▸ The problem
Find the word "SUBTRACT" in the data. Return every line where it appears.

-=-=-

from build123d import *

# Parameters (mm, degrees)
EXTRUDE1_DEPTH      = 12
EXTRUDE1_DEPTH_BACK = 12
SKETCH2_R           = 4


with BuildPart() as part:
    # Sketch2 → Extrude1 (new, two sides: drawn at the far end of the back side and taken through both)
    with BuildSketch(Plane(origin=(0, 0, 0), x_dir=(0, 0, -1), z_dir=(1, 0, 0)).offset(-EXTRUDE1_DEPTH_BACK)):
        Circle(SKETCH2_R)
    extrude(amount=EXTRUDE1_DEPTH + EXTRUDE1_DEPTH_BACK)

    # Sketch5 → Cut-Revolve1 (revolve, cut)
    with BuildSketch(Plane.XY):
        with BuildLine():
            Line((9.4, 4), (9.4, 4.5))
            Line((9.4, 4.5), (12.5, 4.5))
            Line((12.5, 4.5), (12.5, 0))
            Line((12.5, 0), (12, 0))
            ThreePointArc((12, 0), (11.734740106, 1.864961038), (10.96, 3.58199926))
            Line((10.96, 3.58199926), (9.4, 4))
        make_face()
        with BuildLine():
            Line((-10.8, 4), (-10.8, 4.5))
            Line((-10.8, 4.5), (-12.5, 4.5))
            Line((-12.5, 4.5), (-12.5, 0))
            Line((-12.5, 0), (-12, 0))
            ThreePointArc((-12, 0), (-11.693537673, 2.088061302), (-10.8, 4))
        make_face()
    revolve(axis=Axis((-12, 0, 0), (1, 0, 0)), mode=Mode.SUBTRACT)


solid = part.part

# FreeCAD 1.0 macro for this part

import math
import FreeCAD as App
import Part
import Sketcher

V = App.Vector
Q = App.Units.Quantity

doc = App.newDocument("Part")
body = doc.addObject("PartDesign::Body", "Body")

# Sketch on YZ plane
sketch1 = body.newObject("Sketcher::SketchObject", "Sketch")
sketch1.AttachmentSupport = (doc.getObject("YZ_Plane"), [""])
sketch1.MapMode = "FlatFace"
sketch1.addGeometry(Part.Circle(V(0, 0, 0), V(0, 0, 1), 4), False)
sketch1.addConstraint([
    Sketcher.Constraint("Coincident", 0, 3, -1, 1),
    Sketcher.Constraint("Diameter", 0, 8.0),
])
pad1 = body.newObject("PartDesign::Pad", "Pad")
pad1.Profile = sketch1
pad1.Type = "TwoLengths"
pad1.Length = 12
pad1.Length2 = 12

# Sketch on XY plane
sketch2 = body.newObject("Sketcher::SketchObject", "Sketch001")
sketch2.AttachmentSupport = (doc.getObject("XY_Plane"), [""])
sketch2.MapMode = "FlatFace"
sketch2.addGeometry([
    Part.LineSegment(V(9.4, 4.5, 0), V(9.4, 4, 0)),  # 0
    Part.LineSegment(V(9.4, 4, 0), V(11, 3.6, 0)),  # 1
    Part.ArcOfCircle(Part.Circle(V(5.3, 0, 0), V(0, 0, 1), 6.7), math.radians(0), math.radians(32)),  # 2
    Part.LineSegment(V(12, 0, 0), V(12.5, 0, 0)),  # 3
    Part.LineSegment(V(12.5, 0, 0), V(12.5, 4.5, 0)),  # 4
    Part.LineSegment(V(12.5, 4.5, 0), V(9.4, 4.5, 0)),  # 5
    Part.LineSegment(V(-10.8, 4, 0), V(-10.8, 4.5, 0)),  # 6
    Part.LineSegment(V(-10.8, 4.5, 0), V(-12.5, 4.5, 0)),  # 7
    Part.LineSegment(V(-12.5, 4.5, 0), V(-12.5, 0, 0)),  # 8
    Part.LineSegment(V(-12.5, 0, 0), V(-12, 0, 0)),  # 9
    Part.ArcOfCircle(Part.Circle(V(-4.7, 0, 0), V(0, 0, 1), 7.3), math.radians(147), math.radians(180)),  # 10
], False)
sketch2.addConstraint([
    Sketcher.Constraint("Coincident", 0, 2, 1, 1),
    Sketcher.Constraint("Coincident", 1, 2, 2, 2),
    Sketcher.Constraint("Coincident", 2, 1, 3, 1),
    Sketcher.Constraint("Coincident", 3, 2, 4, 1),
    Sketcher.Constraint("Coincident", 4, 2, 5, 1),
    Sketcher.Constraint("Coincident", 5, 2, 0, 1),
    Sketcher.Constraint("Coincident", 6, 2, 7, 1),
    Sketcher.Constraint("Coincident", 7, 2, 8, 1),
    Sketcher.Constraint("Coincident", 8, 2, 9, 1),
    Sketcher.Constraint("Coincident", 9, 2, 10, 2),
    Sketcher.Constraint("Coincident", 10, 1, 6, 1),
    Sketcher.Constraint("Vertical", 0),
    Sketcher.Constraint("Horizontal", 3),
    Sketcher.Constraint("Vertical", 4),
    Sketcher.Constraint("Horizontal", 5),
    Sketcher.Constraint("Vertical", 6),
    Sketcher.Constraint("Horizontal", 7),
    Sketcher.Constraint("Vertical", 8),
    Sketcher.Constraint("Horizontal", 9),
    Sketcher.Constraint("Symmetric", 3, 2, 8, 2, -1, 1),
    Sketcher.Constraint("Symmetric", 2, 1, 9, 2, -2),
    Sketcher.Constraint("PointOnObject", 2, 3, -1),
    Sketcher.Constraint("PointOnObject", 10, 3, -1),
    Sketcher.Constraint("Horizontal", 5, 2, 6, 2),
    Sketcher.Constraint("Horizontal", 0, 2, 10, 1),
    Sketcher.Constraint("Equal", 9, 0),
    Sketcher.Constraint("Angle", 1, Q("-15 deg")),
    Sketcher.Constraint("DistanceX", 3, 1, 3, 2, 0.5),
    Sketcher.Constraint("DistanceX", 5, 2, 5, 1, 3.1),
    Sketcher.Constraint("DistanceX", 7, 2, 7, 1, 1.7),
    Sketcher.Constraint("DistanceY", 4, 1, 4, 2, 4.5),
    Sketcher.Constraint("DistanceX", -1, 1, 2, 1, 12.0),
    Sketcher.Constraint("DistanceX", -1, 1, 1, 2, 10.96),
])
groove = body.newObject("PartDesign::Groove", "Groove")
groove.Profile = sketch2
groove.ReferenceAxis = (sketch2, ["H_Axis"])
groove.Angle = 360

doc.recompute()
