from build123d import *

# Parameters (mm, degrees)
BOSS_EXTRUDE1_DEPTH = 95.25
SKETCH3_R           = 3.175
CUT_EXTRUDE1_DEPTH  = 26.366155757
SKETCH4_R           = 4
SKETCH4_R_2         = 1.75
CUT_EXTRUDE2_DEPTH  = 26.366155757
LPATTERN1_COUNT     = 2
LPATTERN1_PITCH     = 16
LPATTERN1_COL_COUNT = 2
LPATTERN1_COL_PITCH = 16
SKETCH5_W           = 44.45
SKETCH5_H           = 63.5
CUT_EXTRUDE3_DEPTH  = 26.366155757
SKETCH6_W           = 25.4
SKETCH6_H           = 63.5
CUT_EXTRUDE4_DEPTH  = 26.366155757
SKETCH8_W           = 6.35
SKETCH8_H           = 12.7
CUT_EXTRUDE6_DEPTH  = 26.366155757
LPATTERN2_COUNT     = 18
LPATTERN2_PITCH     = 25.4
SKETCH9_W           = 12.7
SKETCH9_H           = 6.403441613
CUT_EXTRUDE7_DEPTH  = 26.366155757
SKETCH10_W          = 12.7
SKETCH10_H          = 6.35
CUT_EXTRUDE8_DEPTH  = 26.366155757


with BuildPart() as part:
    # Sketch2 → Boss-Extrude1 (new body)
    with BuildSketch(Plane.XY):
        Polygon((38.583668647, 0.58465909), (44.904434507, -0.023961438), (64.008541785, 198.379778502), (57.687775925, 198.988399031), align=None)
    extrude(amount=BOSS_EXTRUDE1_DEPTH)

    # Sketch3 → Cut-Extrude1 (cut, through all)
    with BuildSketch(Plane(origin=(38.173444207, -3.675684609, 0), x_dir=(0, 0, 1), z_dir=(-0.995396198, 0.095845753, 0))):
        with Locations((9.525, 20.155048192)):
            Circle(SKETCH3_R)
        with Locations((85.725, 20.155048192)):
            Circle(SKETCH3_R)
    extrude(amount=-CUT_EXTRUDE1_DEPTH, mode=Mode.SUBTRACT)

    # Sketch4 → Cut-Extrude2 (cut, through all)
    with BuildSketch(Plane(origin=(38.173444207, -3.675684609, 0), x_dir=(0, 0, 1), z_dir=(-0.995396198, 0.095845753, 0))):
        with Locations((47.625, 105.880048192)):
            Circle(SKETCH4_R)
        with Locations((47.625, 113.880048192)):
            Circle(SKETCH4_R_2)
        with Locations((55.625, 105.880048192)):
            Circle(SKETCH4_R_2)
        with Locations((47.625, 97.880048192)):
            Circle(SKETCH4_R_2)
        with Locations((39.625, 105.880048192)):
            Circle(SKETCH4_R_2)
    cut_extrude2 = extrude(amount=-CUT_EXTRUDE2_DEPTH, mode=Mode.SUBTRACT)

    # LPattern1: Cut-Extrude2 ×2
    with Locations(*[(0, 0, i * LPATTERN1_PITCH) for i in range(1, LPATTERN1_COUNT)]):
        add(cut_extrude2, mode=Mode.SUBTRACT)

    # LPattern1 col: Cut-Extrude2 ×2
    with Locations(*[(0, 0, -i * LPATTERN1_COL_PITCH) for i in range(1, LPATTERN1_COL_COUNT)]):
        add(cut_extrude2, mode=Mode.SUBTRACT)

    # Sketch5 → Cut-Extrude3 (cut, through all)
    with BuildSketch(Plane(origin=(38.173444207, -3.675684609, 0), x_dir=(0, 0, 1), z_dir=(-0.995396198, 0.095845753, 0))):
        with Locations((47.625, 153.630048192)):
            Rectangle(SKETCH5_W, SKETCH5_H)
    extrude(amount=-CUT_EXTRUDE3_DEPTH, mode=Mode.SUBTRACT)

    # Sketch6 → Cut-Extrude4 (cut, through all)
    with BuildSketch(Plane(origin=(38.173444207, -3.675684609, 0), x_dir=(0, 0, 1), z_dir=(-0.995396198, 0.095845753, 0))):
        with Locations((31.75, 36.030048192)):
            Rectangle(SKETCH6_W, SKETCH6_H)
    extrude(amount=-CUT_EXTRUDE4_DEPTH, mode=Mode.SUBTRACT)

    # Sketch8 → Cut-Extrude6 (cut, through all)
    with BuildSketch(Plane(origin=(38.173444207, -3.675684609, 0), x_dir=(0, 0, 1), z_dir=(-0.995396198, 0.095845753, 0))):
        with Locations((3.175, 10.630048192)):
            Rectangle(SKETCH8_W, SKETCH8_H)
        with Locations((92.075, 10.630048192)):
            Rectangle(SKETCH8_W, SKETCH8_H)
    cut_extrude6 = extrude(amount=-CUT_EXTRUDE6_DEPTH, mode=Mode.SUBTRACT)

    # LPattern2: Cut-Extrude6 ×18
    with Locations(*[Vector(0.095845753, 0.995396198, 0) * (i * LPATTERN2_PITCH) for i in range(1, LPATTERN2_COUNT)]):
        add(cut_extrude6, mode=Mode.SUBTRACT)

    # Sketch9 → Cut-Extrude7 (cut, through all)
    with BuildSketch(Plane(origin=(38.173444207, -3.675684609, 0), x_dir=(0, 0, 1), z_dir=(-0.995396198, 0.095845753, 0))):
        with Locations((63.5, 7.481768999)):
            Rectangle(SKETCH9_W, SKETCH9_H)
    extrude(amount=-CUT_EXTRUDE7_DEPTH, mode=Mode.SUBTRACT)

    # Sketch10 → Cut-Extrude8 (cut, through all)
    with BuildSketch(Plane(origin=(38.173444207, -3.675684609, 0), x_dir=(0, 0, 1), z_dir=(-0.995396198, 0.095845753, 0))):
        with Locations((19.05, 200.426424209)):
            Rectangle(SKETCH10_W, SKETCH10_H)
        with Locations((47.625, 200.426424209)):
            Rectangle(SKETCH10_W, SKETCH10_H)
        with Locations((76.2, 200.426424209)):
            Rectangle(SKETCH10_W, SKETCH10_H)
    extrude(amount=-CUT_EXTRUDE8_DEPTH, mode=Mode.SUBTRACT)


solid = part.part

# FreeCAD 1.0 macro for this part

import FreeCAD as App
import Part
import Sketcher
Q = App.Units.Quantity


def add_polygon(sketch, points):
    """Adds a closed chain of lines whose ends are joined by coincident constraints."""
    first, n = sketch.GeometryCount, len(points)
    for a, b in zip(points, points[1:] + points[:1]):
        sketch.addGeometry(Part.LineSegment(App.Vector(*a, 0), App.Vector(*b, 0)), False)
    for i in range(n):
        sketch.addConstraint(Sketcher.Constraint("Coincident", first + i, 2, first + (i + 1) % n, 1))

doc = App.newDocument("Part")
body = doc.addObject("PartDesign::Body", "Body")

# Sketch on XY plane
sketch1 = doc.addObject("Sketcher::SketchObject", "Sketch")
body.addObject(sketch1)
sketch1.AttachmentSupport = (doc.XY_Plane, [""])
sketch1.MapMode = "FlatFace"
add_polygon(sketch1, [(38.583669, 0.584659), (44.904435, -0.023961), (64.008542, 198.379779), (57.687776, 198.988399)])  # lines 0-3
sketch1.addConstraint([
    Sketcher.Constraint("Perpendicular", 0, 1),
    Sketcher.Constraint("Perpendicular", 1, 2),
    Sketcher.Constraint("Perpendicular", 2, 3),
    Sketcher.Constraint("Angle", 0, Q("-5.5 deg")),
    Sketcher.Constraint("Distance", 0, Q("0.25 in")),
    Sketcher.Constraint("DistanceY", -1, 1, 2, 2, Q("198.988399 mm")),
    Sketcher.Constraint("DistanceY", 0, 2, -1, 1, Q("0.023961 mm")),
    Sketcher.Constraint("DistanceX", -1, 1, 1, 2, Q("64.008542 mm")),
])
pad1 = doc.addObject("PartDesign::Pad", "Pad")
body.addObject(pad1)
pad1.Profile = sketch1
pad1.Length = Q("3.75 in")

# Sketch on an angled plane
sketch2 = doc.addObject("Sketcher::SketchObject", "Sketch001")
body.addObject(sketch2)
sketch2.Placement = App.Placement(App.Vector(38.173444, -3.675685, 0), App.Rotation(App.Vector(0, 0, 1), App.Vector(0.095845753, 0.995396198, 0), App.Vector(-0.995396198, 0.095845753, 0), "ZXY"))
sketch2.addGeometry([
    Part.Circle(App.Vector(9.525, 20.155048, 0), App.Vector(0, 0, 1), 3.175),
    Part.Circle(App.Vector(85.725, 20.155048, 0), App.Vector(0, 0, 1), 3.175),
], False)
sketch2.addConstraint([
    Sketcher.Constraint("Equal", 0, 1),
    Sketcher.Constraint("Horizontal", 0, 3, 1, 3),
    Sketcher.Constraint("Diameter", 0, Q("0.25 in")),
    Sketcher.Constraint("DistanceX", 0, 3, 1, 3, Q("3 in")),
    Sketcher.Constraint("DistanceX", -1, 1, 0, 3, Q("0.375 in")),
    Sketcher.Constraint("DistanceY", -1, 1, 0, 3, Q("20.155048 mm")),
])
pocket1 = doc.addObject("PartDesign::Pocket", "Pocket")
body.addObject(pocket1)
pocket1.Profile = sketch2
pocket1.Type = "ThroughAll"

-=-=-

▸ Output below
    revolve(axis=Axis((-12, 0, 0), (1, 0, 0)), mode=Mode.SUBTRACT)
    extrude(amount=-CUT_EXTRUDE1_DEPTH, mode=Mode.SUBTRACT)
    cut_extrude2 = extrude(amount=-CUT_EXTRUDE2_DEPTH, mode=Mode.SUBTRACT)
        add(cut_extrude2, mode=Mode.SUBTRACT)
        add(cut_extrude2, mode=Mode.SUBTRACT)
    extrude(amount=-CUT_EXTRUDE3_DEPTH, mode=Mode.SUBTRACT)
    extrude(amount=-CUT_EXTRUDE4_DEPTH, mode=Mode.SUBTRACT)
    cut_extrude6 = extrude(amount=-CUT_EXTRUDE6_DEPTH, mode=Mode.SUBTRACT)
        add(cut_extrude6, mode=Mode.SUBTRACT)
    extrude(amount=-CUT_EXTRUDE7_DEPTH, mode=Mode.SUBTRACT)
    extrude(amount=-CUT_EXTRUDE8_DEPTH, mode=Mode.SUBTRACT)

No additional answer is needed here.